In leftist tree, the most important operation is merge and an insert is just a merge with a singleton tree that has only the new element and two leaves.
Merge
Merge is a recursive operation.
- We have two trees to merge:
merge t1 t2
. - Compare two roots, if
k1 > k2
, we simply switch two trees bymerge t2 t1
. This is to make sure the tree on the left always has smaller key, for conveniences. - Since
t1
has smaller key, its root should stay as the new root. - Because
t1
's right branchr
is always shortest, we then domerge r t2
. - If one of the two trees is leaf, we simply returns the other. And begin the rank updating process back to the root.
- The rank updating is the same as we described in the previous section.
Again, let's see an example.
Code
type
type 'a leftist =
| Leaf
| Node of 'a leftist * 'a * 'a leftist * int
essentials
let singleton k = Node (Leaf, k, Leaf, 1)
let rank = function Leaf -> 0 | Node (_,_,_,r) -> r
merge
let rec merge t1 t2 =
match t1,t2 with
| Leaf, t | t, Leaf -> t
| Node (l, k1, r, _), Node (_, k2, _, _) ->
if k1 > k2 then merge t2 t1 (* switch merge if necessary *)
else
let merged = merge r t2 in (* always merge with right *)
let rank_left = rank l and rank_right = rank merged in
if rank_left >= rank_right then Node (l, k1, merged, rank_right+1)
else Node (merged, k1, l, rank_left+1) (* left becomes right due to being shorter *)
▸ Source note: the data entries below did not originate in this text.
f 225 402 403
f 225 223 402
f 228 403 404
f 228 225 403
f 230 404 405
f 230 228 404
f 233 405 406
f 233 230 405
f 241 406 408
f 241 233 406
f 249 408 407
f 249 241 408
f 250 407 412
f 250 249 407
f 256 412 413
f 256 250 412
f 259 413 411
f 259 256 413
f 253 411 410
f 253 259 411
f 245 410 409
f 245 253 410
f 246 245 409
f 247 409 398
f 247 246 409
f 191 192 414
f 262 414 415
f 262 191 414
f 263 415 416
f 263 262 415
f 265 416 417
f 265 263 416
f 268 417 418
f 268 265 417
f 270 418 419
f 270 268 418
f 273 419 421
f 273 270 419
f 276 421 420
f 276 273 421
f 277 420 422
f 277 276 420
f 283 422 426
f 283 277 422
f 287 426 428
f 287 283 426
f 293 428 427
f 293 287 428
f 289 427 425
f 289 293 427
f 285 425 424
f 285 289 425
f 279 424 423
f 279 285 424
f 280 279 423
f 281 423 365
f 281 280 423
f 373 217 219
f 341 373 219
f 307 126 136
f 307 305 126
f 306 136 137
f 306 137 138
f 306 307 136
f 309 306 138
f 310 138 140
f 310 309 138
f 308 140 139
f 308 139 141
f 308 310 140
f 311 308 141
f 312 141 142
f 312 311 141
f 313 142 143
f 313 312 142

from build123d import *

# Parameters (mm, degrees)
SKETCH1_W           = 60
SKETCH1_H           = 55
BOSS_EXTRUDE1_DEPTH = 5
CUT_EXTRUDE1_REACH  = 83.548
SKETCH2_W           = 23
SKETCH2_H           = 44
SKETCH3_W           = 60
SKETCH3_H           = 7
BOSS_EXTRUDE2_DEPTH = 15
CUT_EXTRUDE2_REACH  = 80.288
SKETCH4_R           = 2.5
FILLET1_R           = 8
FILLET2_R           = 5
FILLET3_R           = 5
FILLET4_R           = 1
insert, get_min, delete_min
let insert x t = merge (singleton x) t
let get_min = function
| Leaf -> failwith "empty"
| Node (_, k, _, _) -> k
let delete_min = function
| Leaf -> failwith "empty"
| Node (l, _, r, _) -> merge l r
Time complexity
- get_min:
O(1)
- insert:
O(logn)
- delete_min:
O(logn)
- merge:
O(logn)
Leftist tree's performance is quite good. Comparing to the array based binary heap, it has a much better merge. Moreover, its design and implementation are simple enough. Thus, leftist tree can an excellent choice for heap in the functional world.